DATA SUPPLIED Start Marker

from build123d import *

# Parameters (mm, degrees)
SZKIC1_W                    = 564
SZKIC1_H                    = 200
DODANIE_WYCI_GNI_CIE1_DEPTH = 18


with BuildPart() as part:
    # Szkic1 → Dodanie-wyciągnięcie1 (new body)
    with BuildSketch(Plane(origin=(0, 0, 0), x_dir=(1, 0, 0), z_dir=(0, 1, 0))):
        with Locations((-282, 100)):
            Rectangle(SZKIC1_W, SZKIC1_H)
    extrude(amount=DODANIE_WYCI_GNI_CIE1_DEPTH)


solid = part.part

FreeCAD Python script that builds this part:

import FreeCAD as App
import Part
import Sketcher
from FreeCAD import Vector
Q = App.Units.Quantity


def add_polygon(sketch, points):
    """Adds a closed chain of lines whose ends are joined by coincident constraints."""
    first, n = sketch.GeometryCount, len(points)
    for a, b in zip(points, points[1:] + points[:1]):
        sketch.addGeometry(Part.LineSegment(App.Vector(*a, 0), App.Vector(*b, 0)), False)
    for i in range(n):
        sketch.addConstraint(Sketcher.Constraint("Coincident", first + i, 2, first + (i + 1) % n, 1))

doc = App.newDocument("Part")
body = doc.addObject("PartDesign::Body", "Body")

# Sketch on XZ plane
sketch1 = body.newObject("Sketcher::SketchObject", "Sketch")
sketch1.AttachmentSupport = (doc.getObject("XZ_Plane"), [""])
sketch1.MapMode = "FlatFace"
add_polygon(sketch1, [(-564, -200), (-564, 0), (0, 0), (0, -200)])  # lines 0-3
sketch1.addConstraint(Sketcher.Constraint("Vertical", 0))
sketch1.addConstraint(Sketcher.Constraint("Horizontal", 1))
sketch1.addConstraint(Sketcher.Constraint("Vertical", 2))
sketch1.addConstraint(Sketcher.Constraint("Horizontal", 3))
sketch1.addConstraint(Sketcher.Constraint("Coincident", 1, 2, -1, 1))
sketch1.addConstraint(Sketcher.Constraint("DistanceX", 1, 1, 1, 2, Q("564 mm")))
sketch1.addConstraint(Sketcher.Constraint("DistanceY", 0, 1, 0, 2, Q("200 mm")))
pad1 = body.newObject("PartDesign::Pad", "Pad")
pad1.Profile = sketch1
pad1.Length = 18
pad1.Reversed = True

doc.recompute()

DATA SUPPLIED End Marker
DATA SUPPLIED Start Marker

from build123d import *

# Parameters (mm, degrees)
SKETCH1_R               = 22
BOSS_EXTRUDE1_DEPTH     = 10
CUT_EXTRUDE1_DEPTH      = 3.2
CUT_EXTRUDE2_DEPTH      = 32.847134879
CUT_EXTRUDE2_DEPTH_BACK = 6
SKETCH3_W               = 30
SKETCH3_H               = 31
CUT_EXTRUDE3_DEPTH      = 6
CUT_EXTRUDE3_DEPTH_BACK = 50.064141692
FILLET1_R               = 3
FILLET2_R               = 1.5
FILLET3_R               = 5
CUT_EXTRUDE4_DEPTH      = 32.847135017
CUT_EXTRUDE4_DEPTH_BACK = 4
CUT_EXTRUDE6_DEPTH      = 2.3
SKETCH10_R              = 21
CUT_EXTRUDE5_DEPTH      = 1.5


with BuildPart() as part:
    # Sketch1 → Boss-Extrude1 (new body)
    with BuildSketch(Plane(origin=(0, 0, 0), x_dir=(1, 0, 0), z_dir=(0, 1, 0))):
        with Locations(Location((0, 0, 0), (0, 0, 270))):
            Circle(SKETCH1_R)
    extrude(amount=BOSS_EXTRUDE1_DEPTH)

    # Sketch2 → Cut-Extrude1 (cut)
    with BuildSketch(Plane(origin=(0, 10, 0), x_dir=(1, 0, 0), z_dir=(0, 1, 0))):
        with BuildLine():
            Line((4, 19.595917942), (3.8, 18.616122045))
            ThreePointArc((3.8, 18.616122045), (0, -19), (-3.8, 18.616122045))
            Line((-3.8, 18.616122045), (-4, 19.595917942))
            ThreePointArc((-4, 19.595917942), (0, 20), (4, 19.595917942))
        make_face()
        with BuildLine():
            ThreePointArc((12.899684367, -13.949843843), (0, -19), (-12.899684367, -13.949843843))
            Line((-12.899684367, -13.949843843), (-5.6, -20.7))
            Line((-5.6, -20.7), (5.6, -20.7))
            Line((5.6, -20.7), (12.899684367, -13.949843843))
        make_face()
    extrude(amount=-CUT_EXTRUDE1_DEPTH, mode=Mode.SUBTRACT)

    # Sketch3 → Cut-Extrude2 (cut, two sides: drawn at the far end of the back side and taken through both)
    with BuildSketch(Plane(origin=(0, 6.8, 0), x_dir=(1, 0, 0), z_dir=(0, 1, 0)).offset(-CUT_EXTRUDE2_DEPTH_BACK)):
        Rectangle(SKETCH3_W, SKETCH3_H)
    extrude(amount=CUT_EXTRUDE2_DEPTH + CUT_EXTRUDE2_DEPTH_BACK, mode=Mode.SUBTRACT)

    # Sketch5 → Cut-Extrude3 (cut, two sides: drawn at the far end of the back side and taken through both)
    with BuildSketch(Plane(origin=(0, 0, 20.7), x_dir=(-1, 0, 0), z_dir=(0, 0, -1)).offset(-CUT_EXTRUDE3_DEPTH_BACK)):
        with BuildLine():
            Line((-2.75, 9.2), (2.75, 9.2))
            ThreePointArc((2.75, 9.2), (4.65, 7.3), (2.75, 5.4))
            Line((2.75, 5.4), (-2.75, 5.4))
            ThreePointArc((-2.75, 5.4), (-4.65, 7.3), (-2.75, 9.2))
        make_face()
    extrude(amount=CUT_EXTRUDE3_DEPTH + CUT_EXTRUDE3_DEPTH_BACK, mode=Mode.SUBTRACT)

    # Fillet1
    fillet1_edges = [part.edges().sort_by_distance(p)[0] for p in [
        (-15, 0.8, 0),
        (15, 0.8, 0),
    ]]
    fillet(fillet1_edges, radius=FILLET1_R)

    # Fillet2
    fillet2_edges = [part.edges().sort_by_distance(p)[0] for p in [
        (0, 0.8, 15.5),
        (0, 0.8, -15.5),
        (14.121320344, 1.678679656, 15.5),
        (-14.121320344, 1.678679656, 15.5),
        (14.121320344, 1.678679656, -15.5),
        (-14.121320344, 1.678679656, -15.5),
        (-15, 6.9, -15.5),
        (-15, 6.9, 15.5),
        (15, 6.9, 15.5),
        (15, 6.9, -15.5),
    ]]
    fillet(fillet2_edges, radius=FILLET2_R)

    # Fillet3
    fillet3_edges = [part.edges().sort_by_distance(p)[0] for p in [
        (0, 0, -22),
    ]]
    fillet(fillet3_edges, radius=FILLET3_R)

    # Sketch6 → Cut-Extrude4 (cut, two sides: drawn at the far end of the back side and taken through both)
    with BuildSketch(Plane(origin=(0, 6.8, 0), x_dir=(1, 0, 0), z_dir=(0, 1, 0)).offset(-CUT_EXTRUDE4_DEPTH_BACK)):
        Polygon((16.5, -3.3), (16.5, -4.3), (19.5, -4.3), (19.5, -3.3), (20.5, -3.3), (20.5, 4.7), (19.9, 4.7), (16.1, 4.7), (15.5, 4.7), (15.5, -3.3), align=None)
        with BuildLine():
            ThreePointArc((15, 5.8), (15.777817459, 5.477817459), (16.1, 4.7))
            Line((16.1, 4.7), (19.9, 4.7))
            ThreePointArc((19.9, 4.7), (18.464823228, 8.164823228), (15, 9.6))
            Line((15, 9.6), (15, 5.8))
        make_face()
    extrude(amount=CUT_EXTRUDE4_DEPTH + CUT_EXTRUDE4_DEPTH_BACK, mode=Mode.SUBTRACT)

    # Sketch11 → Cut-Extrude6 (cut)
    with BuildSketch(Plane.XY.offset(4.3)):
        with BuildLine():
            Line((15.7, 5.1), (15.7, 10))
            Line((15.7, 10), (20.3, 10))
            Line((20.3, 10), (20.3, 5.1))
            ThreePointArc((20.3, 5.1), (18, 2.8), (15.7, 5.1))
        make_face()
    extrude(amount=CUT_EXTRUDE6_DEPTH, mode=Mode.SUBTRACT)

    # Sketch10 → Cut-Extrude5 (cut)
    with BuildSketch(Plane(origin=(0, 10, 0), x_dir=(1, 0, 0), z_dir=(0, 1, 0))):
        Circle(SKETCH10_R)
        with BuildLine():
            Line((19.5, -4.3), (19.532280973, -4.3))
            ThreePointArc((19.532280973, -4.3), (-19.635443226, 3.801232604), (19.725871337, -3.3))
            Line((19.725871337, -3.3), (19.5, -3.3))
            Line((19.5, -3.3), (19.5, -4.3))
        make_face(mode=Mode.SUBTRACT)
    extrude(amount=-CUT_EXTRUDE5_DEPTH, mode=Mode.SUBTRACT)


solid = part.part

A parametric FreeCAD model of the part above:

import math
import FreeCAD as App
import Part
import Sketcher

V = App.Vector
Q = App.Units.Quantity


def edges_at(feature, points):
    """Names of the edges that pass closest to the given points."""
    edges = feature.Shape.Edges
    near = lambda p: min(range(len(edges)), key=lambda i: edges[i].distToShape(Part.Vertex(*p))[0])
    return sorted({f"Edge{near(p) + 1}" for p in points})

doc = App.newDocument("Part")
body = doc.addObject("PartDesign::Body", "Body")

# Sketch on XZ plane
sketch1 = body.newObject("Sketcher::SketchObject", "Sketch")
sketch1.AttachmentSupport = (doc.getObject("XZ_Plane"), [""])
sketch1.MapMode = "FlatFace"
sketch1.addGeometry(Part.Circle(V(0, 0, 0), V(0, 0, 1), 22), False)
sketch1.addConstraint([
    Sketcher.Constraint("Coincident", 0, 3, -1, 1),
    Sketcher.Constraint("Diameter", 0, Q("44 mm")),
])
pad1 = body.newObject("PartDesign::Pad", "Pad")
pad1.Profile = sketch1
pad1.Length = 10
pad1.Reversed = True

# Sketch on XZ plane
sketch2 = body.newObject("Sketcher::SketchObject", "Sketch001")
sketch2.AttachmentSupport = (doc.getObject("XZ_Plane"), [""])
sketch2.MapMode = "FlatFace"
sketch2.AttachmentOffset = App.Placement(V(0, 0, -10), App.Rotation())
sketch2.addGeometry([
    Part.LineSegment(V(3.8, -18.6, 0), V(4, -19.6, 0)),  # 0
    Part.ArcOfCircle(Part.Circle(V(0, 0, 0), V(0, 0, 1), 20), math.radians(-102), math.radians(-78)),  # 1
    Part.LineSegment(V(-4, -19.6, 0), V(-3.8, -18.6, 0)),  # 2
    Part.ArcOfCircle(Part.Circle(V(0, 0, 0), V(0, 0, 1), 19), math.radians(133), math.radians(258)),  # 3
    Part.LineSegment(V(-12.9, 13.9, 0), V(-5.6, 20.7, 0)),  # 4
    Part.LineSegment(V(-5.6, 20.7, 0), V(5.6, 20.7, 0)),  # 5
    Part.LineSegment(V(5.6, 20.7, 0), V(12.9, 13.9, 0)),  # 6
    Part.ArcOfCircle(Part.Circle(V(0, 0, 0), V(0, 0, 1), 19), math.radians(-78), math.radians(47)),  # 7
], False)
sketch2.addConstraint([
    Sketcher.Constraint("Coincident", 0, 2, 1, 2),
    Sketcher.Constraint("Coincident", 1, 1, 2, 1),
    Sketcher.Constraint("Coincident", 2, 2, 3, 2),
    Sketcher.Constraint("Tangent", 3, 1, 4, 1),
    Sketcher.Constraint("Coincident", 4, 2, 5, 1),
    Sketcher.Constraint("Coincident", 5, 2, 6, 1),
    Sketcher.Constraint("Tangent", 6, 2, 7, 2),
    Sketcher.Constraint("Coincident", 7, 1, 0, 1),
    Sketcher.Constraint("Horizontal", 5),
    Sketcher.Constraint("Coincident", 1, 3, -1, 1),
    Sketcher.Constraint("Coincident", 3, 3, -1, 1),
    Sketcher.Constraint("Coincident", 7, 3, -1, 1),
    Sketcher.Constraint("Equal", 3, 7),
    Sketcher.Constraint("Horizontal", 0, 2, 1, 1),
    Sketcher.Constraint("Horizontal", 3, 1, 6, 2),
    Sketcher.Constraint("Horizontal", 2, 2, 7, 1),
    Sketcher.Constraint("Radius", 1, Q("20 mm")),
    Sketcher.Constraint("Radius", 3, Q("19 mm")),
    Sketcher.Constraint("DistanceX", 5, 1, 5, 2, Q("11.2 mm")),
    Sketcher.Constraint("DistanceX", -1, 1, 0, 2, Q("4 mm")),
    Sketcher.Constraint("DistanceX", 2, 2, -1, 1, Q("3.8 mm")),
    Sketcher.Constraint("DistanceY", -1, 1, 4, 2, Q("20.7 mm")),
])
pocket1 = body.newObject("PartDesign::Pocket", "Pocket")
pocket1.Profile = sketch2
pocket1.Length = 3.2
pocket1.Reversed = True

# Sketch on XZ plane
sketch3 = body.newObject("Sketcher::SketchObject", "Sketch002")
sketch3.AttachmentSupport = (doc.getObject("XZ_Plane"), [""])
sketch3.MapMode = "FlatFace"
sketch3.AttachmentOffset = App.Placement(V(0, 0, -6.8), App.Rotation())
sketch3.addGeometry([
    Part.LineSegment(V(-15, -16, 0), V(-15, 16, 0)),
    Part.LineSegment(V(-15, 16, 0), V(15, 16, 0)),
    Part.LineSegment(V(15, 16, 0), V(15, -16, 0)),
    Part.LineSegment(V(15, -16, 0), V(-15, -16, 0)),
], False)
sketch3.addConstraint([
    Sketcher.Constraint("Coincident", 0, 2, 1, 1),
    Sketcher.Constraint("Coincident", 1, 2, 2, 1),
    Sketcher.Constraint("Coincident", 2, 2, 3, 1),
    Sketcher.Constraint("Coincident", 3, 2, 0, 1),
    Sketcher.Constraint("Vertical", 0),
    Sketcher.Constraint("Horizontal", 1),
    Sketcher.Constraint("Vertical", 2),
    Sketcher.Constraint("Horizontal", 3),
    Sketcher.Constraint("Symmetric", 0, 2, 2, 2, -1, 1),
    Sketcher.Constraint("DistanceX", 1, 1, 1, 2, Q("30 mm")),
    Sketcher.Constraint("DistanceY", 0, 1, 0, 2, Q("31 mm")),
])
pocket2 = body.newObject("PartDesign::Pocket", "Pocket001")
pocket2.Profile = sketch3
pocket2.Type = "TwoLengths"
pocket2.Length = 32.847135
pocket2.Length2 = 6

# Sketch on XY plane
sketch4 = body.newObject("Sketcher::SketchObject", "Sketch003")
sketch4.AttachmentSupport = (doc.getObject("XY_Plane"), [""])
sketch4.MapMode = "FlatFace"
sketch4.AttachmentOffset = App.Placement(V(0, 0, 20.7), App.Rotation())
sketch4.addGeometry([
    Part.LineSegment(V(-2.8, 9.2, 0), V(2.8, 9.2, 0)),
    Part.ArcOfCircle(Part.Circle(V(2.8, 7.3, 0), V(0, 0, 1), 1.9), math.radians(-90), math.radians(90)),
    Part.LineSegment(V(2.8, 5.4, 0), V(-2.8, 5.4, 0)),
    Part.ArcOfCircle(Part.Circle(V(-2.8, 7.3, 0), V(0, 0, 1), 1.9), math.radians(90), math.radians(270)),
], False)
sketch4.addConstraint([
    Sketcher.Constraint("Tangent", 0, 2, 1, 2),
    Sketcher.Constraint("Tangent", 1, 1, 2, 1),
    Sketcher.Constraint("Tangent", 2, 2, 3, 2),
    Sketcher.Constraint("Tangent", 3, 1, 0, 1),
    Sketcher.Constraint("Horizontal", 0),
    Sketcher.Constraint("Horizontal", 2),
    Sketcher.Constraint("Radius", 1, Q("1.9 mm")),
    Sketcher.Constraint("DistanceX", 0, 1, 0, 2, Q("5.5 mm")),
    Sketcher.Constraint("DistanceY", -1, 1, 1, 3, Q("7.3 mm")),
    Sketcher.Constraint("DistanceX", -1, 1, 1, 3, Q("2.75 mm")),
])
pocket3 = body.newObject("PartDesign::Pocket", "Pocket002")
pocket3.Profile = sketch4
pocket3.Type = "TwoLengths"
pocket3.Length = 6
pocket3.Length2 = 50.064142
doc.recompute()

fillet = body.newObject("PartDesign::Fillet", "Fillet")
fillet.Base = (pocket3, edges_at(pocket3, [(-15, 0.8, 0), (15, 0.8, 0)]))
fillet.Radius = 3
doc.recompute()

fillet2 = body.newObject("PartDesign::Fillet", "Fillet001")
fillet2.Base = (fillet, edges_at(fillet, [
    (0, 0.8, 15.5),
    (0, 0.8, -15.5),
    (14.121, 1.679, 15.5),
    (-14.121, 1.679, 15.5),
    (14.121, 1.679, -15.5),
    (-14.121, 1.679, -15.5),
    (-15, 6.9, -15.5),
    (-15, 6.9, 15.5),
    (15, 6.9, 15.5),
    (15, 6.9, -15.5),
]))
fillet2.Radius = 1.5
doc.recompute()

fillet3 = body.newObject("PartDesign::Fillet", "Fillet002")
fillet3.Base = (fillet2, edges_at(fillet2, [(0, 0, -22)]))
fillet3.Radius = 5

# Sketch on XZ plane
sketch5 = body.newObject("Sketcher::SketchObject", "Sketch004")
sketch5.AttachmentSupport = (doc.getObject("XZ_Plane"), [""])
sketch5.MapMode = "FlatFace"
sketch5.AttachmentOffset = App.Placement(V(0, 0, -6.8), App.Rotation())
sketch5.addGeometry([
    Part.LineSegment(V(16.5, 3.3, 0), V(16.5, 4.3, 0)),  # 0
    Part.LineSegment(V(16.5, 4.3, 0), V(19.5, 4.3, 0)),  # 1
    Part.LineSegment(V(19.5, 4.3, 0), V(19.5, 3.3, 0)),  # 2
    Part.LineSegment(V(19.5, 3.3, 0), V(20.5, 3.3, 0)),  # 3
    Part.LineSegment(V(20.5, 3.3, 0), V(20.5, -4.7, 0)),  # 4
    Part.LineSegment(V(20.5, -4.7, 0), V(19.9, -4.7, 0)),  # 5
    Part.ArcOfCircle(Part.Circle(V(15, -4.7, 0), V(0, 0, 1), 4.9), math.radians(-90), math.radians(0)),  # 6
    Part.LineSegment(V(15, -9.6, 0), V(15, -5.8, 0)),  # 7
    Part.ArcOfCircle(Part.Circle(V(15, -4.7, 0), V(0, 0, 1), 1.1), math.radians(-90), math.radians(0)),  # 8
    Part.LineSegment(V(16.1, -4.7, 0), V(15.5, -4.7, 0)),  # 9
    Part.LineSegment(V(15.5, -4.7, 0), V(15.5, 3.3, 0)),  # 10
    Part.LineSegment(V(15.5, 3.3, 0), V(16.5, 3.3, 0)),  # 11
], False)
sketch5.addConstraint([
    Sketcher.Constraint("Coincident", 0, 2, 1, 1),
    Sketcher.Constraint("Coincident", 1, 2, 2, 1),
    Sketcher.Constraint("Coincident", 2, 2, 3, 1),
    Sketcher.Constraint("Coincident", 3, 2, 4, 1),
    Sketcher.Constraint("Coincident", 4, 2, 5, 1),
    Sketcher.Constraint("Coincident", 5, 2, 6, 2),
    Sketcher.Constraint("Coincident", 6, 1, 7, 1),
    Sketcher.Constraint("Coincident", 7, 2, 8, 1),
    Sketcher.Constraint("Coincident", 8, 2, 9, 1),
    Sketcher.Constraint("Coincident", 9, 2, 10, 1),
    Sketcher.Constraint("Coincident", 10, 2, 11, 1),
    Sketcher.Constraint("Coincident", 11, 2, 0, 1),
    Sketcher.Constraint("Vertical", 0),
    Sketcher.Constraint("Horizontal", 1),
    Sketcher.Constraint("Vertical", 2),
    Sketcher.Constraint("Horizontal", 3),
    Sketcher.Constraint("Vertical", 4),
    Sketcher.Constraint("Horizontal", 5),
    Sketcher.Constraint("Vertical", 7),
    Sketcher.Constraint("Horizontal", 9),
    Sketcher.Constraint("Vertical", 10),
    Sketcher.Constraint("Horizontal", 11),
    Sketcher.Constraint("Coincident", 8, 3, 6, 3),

DATA SUPPLIED End Marker

→ **TASK STATEMENT**: Your answer should consist of the lines from the line with "Line((15.7, 10), (20.3, 10))" to the line with "A parametric FreeCAD" above, repeated exactly, both ends included.

→ **ANSWER SPACE**:
            Line((15.7, 10), (20.3, 10))
            Line((20.3, 10), (20.3, 5.1))
            ThreePointArc((20.3, 5.1), (18, 2.8), (15.7, 5.1))
        make_face()
    extrude(amount=CUT_EXTRUDE6_DEPTH, mode=Mode.SUBTRACT)

    # Sketch10 → Cut-Extrude5 (cut)
    with BuildSketch(Plane(origin=(0, 10, 0), x_dir=(1, 0, 0), z_dir=(0, 1, 0))):
        Circle(SKETCH10_R)
        with BuildLine():
            Line((19.5, -4.3), (19.532280973, -4.3))
            ThreePointArc((19.532280973, -4.3), (-19.635443226, 3.801232604), (19.725871337, -3.3))
            Line((19.725871337, -3.3), (19.5, -3.3))
            Line((19.5, -3.3), (19.5, -4.3))
        make_face(mode=Mode.SUBTRACT)
    extrude(amount=-CUT_EXTRUDE5_DEPTH, mode=Mode.SUBTRACT)


solid = part.part

A parametric FreeCAD model of the part above:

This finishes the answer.